A Scots dad says he "just wants his life back" as he hunts for a kidney donor.

Graeme Smith, 40, was diagnosed with kidney disease IgA nephropathy in 2017 after a family trip to Salou. The dad-of-four, from Blantyre in Lanarkshire, arrived home feeling unwell and suffered extreme swelling in his legs. Following a trip to A&E, doctors found his blood pressure to be dangerously high, resulting in tests which led to his diagnosis.

Graeme is now "grateful" as he undergoes dialysis treatment, however, he says a transplant would "greatly improve" he and his family's quality of life. His wife, Julie Smith, told Glasgow Live : "Graeme's condition has progressed quickly over the last six years, instead of progressing over 10 to 20 years it's reached full kidney failure within six years.

"The fistula in his arm for dialysis is proving problematic too as it's putting pressure on his heart and it's pumping too much blood through it which could cause heart failure.

"Graeme is due to undergo surgery over the summer to help this, but coming off dialysis entirely would be the best outcome for his overall health."

Graeme Smith pictured with Julie on their wedding day
Graeme Smith pictured with Julie on their wedding day

Graeme started dialysis in March and has been on the deceased donor list since January, but doctors say it could be up to five years until they find a donor. Both Julie, 33, and her mum went for testing but unfortunately neither of them are a match.

He is now exhausting all routes and is hunting for a living donor which he says will give him the best chance to "be here for his sons growing up".

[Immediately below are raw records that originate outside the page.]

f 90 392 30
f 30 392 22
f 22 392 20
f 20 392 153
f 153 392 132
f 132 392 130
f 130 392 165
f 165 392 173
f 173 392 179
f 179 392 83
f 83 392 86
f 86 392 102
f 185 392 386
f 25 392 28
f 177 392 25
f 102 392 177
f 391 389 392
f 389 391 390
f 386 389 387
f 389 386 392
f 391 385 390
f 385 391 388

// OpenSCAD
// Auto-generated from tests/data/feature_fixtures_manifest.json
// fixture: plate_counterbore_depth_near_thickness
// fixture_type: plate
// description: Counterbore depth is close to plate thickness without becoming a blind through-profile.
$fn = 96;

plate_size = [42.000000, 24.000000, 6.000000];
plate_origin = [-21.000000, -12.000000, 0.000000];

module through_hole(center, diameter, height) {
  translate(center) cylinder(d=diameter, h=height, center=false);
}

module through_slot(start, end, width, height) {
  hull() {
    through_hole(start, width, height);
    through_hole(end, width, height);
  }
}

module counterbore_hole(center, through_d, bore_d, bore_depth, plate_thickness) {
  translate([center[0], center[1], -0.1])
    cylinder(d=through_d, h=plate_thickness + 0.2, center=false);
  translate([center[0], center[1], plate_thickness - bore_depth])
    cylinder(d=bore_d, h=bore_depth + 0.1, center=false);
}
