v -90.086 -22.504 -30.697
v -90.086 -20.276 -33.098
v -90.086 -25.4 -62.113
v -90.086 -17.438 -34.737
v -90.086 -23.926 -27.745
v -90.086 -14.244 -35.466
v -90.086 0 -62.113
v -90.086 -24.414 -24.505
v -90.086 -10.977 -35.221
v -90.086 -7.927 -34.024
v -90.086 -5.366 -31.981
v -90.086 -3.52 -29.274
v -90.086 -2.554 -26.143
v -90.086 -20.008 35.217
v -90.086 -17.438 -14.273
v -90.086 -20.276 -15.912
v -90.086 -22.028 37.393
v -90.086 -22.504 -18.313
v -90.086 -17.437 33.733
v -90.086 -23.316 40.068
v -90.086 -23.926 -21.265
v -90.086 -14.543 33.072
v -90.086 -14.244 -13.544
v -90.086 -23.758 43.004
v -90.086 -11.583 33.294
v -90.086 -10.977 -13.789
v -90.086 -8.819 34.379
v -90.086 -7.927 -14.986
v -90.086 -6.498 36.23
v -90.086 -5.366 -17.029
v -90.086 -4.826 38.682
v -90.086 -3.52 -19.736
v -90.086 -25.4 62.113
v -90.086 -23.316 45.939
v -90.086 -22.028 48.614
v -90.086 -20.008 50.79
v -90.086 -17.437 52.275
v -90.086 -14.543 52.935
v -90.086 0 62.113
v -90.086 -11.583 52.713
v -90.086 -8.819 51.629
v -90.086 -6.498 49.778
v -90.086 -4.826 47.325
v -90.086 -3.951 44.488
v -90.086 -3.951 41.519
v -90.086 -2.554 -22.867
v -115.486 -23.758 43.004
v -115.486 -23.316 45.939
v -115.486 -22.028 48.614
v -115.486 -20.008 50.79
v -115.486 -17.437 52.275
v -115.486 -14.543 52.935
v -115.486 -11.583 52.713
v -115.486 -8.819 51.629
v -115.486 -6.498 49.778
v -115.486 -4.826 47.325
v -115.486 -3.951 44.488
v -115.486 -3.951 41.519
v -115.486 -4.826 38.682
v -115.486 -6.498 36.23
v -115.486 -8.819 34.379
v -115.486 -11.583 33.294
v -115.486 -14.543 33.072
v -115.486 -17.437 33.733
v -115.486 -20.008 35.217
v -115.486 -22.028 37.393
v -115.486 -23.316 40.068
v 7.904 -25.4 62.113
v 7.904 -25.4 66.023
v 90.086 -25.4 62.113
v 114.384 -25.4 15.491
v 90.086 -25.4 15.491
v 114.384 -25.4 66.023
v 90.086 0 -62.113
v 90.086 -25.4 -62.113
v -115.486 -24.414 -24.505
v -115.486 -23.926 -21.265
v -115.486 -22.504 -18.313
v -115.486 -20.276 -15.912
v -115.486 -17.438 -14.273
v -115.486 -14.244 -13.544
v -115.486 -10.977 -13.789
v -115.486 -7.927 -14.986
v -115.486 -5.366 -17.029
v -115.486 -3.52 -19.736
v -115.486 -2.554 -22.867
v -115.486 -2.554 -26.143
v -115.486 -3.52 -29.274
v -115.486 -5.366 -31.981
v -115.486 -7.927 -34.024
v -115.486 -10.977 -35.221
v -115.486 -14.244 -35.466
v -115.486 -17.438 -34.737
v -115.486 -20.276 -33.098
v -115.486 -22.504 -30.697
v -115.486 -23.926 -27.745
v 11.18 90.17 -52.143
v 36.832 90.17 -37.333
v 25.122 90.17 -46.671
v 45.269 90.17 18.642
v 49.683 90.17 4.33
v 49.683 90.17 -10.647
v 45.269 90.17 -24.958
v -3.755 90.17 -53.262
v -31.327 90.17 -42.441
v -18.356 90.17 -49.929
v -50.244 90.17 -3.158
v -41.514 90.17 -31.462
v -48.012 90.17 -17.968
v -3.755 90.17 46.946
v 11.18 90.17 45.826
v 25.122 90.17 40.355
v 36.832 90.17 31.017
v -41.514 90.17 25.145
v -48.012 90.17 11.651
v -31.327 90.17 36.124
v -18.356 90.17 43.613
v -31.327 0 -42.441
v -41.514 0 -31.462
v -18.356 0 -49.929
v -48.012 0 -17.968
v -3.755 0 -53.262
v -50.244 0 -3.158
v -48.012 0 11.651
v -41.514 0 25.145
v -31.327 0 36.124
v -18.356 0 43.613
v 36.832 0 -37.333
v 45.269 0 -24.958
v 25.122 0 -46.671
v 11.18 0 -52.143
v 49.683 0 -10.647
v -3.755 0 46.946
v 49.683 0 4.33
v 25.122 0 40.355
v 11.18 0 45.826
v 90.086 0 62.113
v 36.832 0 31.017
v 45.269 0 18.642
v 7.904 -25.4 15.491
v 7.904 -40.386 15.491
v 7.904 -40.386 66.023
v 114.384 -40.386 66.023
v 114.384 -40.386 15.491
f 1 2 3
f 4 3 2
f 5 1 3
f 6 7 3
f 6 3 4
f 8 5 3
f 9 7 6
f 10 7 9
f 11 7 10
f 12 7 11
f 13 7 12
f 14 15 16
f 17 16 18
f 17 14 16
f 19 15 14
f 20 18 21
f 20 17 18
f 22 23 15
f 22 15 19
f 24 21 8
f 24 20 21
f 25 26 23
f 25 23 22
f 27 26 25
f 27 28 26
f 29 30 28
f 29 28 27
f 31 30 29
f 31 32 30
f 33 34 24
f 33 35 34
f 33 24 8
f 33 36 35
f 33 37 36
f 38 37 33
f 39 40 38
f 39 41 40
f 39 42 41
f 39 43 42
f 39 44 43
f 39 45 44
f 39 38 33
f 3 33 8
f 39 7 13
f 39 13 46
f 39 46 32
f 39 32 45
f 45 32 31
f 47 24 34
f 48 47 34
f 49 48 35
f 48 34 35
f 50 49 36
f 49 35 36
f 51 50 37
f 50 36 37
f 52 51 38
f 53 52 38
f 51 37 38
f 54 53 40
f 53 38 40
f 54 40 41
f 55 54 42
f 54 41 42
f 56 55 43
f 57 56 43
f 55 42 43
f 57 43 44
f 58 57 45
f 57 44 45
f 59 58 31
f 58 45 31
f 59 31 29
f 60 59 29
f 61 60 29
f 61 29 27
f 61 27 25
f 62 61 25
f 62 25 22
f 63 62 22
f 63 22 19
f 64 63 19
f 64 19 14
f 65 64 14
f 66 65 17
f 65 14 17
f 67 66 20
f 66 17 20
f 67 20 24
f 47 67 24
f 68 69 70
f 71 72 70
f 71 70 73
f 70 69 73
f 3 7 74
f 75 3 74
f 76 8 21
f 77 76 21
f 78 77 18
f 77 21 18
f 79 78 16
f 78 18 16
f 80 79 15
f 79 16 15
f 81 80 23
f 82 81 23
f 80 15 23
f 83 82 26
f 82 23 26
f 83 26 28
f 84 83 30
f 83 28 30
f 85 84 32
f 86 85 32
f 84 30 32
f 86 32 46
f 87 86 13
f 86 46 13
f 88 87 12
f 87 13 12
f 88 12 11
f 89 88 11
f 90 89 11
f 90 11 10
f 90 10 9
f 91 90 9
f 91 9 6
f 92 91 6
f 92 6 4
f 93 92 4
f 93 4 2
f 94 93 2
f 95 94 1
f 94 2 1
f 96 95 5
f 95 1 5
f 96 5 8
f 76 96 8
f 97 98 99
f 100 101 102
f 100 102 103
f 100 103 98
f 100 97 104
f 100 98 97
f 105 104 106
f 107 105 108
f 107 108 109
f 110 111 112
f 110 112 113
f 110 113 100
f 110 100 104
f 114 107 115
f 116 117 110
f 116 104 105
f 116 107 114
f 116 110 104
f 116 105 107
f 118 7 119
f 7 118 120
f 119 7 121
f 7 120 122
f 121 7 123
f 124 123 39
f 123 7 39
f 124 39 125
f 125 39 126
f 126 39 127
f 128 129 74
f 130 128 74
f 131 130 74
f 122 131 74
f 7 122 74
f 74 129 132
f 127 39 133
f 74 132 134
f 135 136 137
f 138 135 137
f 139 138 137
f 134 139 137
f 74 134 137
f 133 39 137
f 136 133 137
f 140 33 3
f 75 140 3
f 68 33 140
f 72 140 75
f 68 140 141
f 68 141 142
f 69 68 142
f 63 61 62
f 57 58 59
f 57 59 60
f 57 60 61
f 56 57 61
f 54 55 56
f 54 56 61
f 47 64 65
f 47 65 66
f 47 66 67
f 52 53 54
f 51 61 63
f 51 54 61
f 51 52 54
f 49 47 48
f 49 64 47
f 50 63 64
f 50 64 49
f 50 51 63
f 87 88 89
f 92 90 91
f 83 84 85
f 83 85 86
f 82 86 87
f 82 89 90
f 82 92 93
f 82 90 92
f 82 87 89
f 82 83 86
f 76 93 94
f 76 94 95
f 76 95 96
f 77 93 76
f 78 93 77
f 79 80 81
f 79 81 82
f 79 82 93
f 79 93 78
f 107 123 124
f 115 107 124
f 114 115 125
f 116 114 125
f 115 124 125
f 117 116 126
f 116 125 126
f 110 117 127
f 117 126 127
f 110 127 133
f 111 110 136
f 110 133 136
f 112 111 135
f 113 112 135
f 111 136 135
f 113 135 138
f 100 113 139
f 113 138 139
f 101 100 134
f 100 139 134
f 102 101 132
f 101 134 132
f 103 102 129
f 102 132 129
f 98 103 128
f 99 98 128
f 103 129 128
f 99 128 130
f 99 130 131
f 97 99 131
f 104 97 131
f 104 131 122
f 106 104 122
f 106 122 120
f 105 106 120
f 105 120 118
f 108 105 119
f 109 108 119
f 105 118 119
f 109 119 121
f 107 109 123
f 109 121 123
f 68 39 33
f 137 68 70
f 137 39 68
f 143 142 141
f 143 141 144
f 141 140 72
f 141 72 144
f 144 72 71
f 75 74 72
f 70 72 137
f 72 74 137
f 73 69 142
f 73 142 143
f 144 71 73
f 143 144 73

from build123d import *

# Parameters (mm, degrees)
F0_W     = 180.17289
F0_H     = 124.226056
F1_DEPTH = 25.4
F2_R     = 9.959401
F2_R_2   = 10.991396
F3_DEPTH = 25.4
F4_R     = 50.24432
F5_DEPTH = 90.17
F6_W     = 106.479473
F6_H     = 50.532631
F7_DEPTH = 14.986


with BuildPart() as f1:
    # F0 (on Front) → F1 (new body)
    with BuildSketch(Plane.XZ):
        Rectangle(F0_W, F0_H)
    extrude(amount=F1_DEPTH)

    # F2 (on face) → F3 (join)
    with BuildSketch(Plane(origin=(-90.086445, 0, 0), x_dir=(0, -1, 0), z_dir=(-1, 0, 0))):
        with Locations((13.798693, 43.003704)):
            Circle(F2_R)
        with Locations((13.422888, -24.505027)):
            Circle(F2_R_2)
    extrude(amount=F3_DEPTH)

    # F4 (on face) → F5 (join)
    with BuildSketch(Plane(origin=(0, 0, 0), x_dir=(-1, 0, 0), z_dir=(0, 1, 0))):
        with Locations((0, -3.158289)):
            Circle(F4_R)
    extrude(amount=F5_DEPTH)

    # F6 (on face) → F7 (join)
    with BuildSketch(Plane.XZ.offset(25.4)):
        with Locations((61.143819, 40.756974)):
            Rectangle(F6_W, F6_H)
    extrude(amount=F7_DEPTH)


solid = f1.part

Graeme and Julie share four young sons together and he worries how this will affect their time as a family.

He said: "I am so grateful for my dialysis treatment keeping me alive but a transplant would greatly improve my own and my family’s quality of life.

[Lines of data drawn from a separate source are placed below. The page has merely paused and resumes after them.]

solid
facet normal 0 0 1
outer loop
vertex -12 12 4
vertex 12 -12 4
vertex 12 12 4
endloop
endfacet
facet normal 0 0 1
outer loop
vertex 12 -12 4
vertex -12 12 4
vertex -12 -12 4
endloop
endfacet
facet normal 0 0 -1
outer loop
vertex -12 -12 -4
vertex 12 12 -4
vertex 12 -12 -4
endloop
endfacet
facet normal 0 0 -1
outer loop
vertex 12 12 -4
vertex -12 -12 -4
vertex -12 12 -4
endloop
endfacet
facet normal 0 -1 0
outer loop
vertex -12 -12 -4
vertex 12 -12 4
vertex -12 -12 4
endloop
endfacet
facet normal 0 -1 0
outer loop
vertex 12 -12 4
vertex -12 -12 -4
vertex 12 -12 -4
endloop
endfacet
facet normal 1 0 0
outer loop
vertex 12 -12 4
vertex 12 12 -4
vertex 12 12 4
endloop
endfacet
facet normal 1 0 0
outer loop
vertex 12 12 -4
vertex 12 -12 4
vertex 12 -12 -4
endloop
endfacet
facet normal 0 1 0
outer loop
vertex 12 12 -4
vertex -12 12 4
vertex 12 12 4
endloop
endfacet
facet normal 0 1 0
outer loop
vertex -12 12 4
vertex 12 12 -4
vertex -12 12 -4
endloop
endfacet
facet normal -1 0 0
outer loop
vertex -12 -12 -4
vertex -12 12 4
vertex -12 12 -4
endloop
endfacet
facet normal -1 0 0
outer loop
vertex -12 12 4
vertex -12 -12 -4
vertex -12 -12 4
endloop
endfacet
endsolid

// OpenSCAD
size = 32;//block=32 //item=8


cube([size * 0.75, size * 0.75, size * 0.25], center = true);
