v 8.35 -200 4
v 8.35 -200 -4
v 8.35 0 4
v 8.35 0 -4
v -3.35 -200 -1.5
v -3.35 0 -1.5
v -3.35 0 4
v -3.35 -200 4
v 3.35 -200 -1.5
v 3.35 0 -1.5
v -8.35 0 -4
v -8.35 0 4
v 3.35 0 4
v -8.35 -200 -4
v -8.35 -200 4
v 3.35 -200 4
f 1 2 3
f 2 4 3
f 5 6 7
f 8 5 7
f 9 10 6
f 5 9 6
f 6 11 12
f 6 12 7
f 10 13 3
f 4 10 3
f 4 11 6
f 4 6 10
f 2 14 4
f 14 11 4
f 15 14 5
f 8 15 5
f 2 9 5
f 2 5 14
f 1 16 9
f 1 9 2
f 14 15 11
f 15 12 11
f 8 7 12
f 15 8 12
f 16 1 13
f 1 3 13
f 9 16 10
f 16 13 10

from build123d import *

# Parameters (mm, degrees)
F1_DEPTH  = 10
F1_FACE_W = 6.7
F1_FACE_H = 10
F2_DEPTH  = 0.5
F3_DEPTH  = 190


with BuildPart() as f1:
    # F0 (on Front) → F1 (new body)
    with BuildSketch(Plane.XZ):
        Polygon((-3.35, 4), (-8.35, 4), (-8.35, -4), (8.35, -4), (8.35, 4), (3.35, 4), (3.35, -2), (-3.35, -2), align=None)
    extrude(amount=F1_DEPTH)

    # F1_face (on face) → F2 (join)
    with BuildSketch(Plane(origin=(0, -5, -2), x_dir=(1, 0, 0), z_dir=(0, 0, 1))):
        Rectangle(F1_FACE_W, F1_FACE_H)
    extrude(amount=F2_DEPTH)

    # F2_face (on face) → F3 (join)
    with BuildSketch(Plane(origin=(0, -10, -0.476098), x_dir=(1, 0, 0), z_dir=(0, -1, 0))):
        Polygon((-3.35, 4.476098), (-8.35, 4.476098), (-8.35, -3.523902), (8.35, -3.523902), (8.35, 4.476098), (3.35, 4.476098), (3.35, -1.023902), (-3.35, -1.023902), align=None)
    extrude(amount=F3_DEPTH)


solid = f1.part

Graeme with his four young sons
Graeme with his four young sons

"I want to be here for my sons growing up and right now I am both mentally and physically exhausted with the toll that dialysis is taking on my health, I feel I am only just surviving through each day. A transplant would truly mean getting my life back."

Graeme's sudden diagnosis has taken a toll on the family as it consumes his everyday life. He described himself as "hardworking" and was previously a supervisor in a factory, before being hit by the crippling condition.

Julie said: "If he didn't get a donor now he would maybe only last another few years. It was totally unexpected, it now consumes our life."

Graeme was diagnosed with IgA nephropathy in 2017
Graeme was diagnosed with IgA nephropathy in 2017

Graeme recently made an appeal online, reading: "Unfortunately, I have kidney failure . Over time, my health has gotten worse causing my kidneys not to work well enough to keep me alive.

"This is what I am facing now, and my treatment options are limited to dialysis treatments or a kidney transplant. However, finding a kidney for a transplant is not easy. Time is not on my side. Some people wait for years. Many die while waiting. The average wait time is five years or more for a kidney from a deceased donor. However, there is another option: receiving a kidney from a living donor.

"As you can imagine, Asking anyone to consider donating a kidney to me is difficult, but it greatly improves my chances of getting a transplant. A living kidney donation typically lasts longer and has better function."